From the listing below, copy only the lines from the line that contains "e29 v27 v28" to the line that contains "v42 (-30,0,-13.4)", counting those two lines as part of the copy.

_ _ _

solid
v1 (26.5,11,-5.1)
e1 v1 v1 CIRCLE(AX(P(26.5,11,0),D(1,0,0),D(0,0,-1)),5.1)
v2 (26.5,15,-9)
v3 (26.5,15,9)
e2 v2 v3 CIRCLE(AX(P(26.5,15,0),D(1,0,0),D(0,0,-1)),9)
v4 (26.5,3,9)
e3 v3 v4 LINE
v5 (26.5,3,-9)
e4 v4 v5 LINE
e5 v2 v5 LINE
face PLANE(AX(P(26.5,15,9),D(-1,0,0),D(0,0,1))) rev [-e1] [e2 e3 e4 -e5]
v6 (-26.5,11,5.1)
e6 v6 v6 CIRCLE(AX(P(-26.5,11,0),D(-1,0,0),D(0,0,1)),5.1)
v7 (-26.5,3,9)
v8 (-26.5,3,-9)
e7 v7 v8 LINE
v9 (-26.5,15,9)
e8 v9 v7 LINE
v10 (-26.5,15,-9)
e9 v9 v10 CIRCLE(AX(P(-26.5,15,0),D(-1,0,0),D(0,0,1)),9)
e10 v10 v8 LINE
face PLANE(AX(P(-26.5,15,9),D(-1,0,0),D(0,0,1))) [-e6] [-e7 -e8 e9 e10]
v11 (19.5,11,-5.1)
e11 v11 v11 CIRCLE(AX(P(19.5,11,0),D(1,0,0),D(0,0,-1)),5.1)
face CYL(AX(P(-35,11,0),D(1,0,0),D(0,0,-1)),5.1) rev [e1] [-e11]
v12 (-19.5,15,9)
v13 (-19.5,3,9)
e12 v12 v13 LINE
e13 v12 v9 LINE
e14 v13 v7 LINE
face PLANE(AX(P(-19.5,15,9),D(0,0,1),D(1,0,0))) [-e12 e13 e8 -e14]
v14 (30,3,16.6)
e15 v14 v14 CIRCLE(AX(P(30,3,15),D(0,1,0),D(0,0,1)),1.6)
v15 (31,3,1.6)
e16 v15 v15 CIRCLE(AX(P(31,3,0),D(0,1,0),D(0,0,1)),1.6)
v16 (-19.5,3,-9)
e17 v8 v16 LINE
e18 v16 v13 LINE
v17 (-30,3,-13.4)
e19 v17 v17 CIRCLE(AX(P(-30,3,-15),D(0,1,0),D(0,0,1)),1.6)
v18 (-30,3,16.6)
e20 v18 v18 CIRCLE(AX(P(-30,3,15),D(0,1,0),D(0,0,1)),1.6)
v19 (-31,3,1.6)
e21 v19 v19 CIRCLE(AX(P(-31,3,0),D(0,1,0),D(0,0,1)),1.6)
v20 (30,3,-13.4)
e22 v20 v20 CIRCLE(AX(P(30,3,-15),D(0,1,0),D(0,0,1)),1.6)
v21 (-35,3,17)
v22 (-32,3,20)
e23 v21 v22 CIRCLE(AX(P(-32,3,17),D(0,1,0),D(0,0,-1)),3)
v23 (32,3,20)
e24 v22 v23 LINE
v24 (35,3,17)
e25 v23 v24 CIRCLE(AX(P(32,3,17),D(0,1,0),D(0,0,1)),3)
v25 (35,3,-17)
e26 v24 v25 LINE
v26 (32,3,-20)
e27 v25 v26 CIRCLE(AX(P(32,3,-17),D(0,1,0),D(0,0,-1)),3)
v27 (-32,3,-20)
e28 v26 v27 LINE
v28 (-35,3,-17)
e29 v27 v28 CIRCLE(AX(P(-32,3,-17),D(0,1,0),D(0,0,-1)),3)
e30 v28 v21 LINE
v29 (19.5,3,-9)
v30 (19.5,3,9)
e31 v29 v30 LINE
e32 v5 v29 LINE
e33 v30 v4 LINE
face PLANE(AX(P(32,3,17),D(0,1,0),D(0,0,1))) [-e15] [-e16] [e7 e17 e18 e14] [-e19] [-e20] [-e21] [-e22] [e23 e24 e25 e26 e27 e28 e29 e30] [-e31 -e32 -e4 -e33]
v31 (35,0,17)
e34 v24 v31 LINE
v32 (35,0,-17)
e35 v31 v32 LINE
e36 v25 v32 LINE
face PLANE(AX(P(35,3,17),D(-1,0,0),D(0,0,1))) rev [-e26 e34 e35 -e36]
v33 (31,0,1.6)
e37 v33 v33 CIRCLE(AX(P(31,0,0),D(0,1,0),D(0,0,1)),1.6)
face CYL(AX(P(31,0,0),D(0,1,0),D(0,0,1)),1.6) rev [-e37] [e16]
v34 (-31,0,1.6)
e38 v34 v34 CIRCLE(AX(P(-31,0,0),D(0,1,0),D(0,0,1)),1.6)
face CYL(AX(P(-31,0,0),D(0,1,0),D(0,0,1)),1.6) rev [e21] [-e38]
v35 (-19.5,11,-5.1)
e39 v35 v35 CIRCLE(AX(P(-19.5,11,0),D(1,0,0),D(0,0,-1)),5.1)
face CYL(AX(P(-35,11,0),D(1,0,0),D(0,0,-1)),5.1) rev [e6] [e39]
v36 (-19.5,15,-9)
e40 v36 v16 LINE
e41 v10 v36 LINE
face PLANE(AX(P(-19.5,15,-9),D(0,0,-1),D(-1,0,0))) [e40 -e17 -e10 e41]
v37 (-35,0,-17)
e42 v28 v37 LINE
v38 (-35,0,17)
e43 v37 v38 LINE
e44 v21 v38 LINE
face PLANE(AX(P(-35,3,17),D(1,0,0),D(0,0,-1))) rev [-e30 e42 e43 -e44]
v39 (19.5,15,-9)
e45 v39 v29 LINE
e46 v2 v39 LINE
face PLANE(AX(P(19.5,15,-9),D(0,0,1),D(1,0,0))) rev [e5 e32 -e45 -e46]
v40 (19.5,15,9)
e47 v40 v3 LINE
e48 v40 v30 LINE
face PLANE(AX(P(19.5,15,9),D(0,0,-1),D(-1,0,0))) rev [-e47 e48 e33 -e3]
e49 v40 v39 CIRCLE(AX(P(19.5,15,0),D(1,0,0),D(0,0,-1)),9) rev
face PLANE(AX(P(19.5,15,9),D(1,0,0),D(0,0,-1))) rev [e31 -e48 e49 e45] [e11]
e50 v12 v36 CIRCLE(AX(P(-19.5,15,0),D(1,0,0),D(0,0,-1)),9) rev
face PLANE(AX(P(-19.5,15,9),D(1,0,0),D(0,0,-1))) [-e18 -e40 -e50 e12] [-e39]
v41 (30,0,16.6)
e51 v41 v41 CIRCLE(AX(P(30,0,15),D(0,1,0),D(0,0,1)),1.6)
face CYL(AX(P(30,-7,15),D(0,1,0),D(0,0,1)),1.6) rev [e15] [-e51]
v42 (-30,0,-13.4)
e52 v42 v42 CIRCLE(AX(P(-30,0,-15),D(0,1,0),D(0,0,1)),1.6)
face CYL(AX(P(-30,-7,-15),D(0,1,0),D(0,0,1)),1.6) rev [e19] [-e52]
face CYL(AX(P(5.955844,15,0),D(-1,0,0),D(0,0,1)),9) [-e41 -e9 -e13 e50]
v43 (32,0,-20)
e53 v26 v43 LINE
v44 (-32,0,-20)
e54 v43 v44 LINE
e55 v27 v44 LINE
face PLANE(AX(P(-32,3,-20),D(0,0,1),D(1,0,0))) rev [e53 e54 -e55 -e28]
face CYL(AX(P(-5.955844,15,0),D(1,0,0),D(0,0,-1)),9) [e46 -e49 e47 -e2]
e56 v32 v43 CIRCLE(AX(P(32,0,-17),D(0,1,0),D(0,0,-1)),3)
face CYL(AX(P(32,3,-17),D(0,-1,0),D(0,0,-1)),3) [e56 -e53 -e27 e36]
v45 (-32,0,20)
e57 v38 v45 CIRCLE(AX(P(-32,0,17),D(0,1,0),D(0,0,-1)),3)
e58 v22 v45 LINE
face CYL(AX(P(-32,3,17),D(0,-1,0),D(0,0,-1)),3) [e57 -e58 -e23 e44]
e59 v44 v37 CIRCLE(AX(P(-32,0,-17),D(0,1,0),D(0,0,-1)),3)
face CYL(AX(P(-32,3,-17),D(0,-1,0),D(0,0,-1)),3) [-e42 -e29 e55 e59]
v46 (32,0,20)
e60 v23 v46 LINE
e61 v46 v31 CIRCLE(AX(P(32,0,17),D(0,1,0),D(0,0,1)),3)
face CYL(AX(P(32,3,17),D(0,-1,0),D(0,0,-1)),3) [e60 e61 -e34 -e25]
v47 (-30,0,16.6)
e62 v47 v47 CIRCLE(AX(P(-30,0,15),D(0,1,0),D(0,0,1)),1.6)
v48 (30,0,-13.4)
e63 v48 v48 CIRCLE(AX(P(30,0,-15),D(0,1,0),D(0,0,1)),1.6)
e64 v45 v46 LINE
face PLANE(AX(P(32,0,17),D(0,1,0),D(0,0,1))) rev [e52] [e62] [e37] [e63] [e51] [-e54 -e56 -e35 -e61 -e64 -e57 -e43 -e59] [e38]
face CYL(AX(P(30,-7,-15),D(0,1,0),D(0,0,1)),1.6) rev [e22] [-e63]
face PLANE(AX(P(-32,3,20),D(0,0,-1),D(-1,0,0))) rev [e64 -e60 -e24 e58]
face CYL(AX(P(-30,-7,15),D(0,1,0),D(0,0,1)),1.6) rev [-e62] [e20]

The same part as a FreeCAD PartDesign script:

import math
import FreeCAD as App
import Part
import Sketcher


def add_polygon(sketch, points):
    """Adds a closed chain of lines whose ends are joined by coincident constraints."""
    first, n = sketch.GeometryCount, len(points)
    for a, b in zip(points, points[1:] + points[:1]):
        sketch.addGeometry(Part.LineSegment(App.Vector(*a, 0), App.Vector(*b, 0)), False)
    for i in range(n):
        sketch.addConstraint(Sketcher.Constraint("Coincident", first + i, 2, first + (i + 1) % n, 1))

doc = App.newDocument("Part")
body = doc.addObject("PartDesign::Body", "Body")

# Sketch on XZ plane
sketch1 = doc.addObject("Sketcher::SketchObject", "Sketch")
body.addObject(sketch1)
sketch1.AttachmentSupport = (doc.XZ_Plane, [""])
sketch1.MapMode = "FlatFace"
sketch1.addGeometry(Part.LineSegment(App.Vector(-32, 20, 0), App.Vector(32, 20, 0)), False)
sketch1.addGeometry(Part.ArcOfCircle(Part.Circle(App.Vector(32, 17, 0), App.Vector(0, 0, 1), 3), math.radians(0), math.radians(90)), False)
sketch1.addGeometry(Part.LineSegment(App.Vector(35, 17, 0), App.Vector(35, -17, 0)), False)
sketch1.addGeometry(Part.ArcOfCircle(Part.Circle(App.Vector(32, -17, 0), App.Vector(0, 0, 1), 3), math.radians(-90), math.radians(0)), False)
sketch1.addGeometry(Part.LineSegment(App.Vector(32, -20, 0), App.Vector(-32, -20, 0)), False)
sketch1.addGeometry(Part.ArcOfCircle(Part.Circle(App.Vector(-32, -17, 0), App.Vector(0, 0, 1), 3), math.radians(180), math.radians(270)), False)
sketch1.addGeometry(Part.LineSegment(App.Vector(-35, -17, 0), App.Vector(-35, 17, 0)), False)
sketch1.addGeometry(Part.ArcOfCircle(Part.Circle(App.Vector(-32, 17, 0), App.Vector(0, 0, 1), 3), math.radians(90), math.radians(180)), False)
sketch1.addConstraint(Sketcher.Constraint("Tangent", 0, 2, 1, 2))
sketch1.addConstraint(Sketcher.Constraint("Tangent", 1, 1, 2, 1))
sketch1.addConstraint(Sketcher.Constraint("Tangent", 2, 2, 3, 2))
sketch1.addConstraint(Sketcher.Constraint("Tangent", 3, 1, 4, 1))
sketch1.addConstraint(Sketcher.Constraint("Tangent", 4, 2, 5, 2))
sketch1.addConstraint(Sketcher.Constraint("Tangent", 5, 1, 6, 1))
sketch1.addConstraint(Sketcher.Constraint("Tangent", 6, 2, 7, 2))
sketch1.addConstraint(Sketcher.Constraint("Tangent", 7, 1, 0, 1))
sketch1.addConstraint(Sketcher.Constraint("Horizontal", 0))
sketch1.addConstraint(Sketcher.Constraint("Vertical", 2))
sketch1.addConstraint(Sketcher.Constraint("Horizontal", 4))
sketch1.addConstraint(Sketcher.Constraint("Vertical", 6))
sketch1.addConstraint(Sketcher.Constraint("Equal", 1, 3))
sketch1.addConstraint(Sketcher.Constraint("Equal", 3, 5))
sketch1.addConstraint(Sketcher.Constraint("Equal", 5, 7))
sketch1.addConstraint(Sketcher.Constraint("Symmetric", 1, 3, 5, 3, -1, 1))
sketch1.addConstraint(Sketcher.Constraint("Radius", 1, 3.0))
sketch1.addConstraint(Sketcher.Constraint("DistanceX", 0, 1, 0, 2, 64.0))
sketch1.addConstraint(Sketcher.Constraint("DistanceY", 2, 2, 2, 1, 34.0))
pad1 = doc.addObject("PartDesign::Pad", "Pad")
body.addObject(pad1)
pad1.Profile = sketch1
pad1.Length = 3
pad1.Reversed = True

# Sketch on XZ plane
sketch2 = doc.addObject("Sketcher::SketchObject", "Sketch001")
body.addObject(sketch2)
sketch2.AttachmentSupport = (doc.XZ_Plane, [""])
sketch2.MapMode = "FlatFace"
sketch2.AttachmentOffset = App.Placement(App.Vector(0, 0, -3), App.Rotation())
add_polygon(sketch2, [(19.5, -9), (19.5, 9), (26.5, 9), (26.5, -9)])  # lines 0-3
sketch2.addConstraint(Sketcher.Constraint("Vertical", 0))
sketch2.addConstraint(Sketcher.Constraint("Horizontal", 1))
sketch2.addConstraint(Sketcher.Constraint("Vertical", 2))
sketch2.addConstraint(Sketcher.Constraint("Horizontal", 3))
sketch2.addConstraint(Sketcher.Constraint("DistanceX", 1, 1, 1, 2, 7.0))
sketch2.addConstraint(Sketcher.Constraint("DistanceY", 0, 1, 0, 2, 18.0))
sketch2.addConstraint(Sketcher.Constraint("DistanceY", -1, 1, 0, 2, 9.0))
sketch2.addConstraint(Sketcher.Constraint("DistanceX", -1, 1, 0, 2, 19.5))
pad2 = doc.addObject("PartDesign::Pad", "Pad001")
body.addObject(pad2)
pad2.Profile = sketch2
pad2.Length = 12
pad2.Reversed = True
doc.recompute()

mirrored = doc.addObject("PartDesign::Mirrored", "Mirrored")
body.addObject(mirrored)
mirrored.Originals = [pad2]
mirrored.MirrorPlane = (doc.YZ_Plane, [""])
body.Tip = mirrored

# Sketch on YZ plane
sketch3 = doc.addObject("Sketcher::SketchObject", "Sketch002")
body.addObject(sketch3)
sketch3.AttachmentSupport = (doc.YZ_Plane, [""])
sketch3.MapMode = "FlatFace"
sketch3.AttachmentOffset = App.Placement(App.Vector(0, 0, 26.5), App.Rotation())
sketch3.addGeometry(Part.Circle(App.Vector(15, 0, 0), App.Vector(0, 0, 1), 9), False)
sketch3.addConstraint(Sketcher.Constraint("PointOnObject", 0, 3, -1))
sketch3.addConstraint(Sketcher.Constraint("Diameter", 0, 18.0))
sketch3.addConstraint(Sketcher.Constraint("DistanceX", -1, 1, 0, 3, 15.0))
pad3 = doc.addObject("PartDesign::Pad", "Pad002")
body.addObject(pad3)
pad3.Profile = sketch3
pad3.Length = 7
pad3.Reversed = True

_ _ _

Worked solution
e29 v27 v28 CIRCLE(AX(P(-32,3,-17),D(0,1,0),D(0,0,-1)),3)
e30 v28 v21 LINE
v29 (19.5,3,-9)
v30 (19.5,3,9)
e31 v29 v30 LINE
e32 v5 v29 LINE
e33 v30 v4 LINE
face PLANE(AX(P(32,3,17),D(0,1,0),D(0,0,1))) [-e15] [-e16] [e7 e17 e18 e14] [-e19] [-e20] [-e21] [-e22] [e23 e24 e25 e26 e27 e28 e29 e30] [-e31 -e32 -e4 -e33]
v31 (35,0,17)
e34 v24 v31 LINE
v32 (35,0,-17)
e35 v31 v32 LINE
e36 v25 v32 LINE
face PLANE(AX(P(35,3,17),D(-1,0,0),D(0,0,1))) rev [-e26 e34 e35 -e36]
v33 (31,0,1.6)
e37 v33 v33 CIRCLE(AX(P(31,0,0),D(0,1,0),D(0,0,1)),1.6)
face CYL(AX(P(31,0,0),D(0,1,0),D(0,0,1)),1.6) rev [-e37] [e16]
v34 (-31,0,1.6)
e38 v34 v34 CIRCLE(AX(P(-31,0,0),D(0,1,0),D(0,0,1)),1.6)
face CYL(AX(P(-31,0,0),D(0,1,0),D(0,0,1)),1.6) rev [e21] [-e38]
v35 (-19.5,11,-5.1)
e39 v35 v35 CIRCLE(AX(P(-19.5,11,0),D(1,0,0),D(0,0,-1)),5.1)
face CYL(AX(P(-35,11,0),D(1,0,0),D(0,0,-1)),5.1) rev [e6] [e39]
v36 (-19.5,15,-9)
e40 v36 v16 LINE
e41 v10 v36 LINE
face PLANE(AX(P(-19.5,15,-9),D(0,0,-1),D(-1,0,0))) [e40 -e17 -e10 e41]
v37 (-35,0,-17)
e42 v28 v37 LINE
v38 (-35,0,17)
e43 v37 v38 LINE
e44 v21 v38 LINE
face PLANE(AX(P(-35,3,17),D(1,0,0),D(0,0,-1))) rev [-e30 e42 e43 -e44]
v39 (19.5,15,-9)
e45 v39 v29 LINE
e46 v2 v39 LINE
face PLANE(AX(P(19.5,15,-9),D(0,0,1),D(1,0,0))) rev [e5 e32 -e45 -e46]
v40 (19.5,15,9)
e47 v40 v3 LINE
e48 v40 v30 LINE
face PLANE(AX(P(19.5,15,9),D(0,0,-1),D(-1,0,0))) rev [-e47 e48 e33 -e3]
e49 v40 v39 CIRCLE(AX(P(19.5,15,0),D(1,0,0),D(0,0,-1)),9) rev
face PLANE(AX(P(19.5,15,9),D(1,0,0),D(0,0,-1))) rev [e31 -e48 e49 e45] [e11]
e50 v12 v36 CIRCLE(AX(P(-19.5,15,0),D(1,0,0),D(0,0,-1)),9) rev
face PLANE(AX(P(-19.5,15,9),D(1,0,0),D(0,0,-1))) [-e18 -e40 -e50 e12] [-e39]
v41 (30,0,16.6)
e51 v41 v41 CIRCLE(AX(P(30,0,15),D(0,1,0),D(0,0,1)),1.6)
face CYL(AX(P(30,-7,15),D(0,1,0),D(0,0,1)),1.6) rev [e15] [-e51]
v42 (-30,0,-13.4)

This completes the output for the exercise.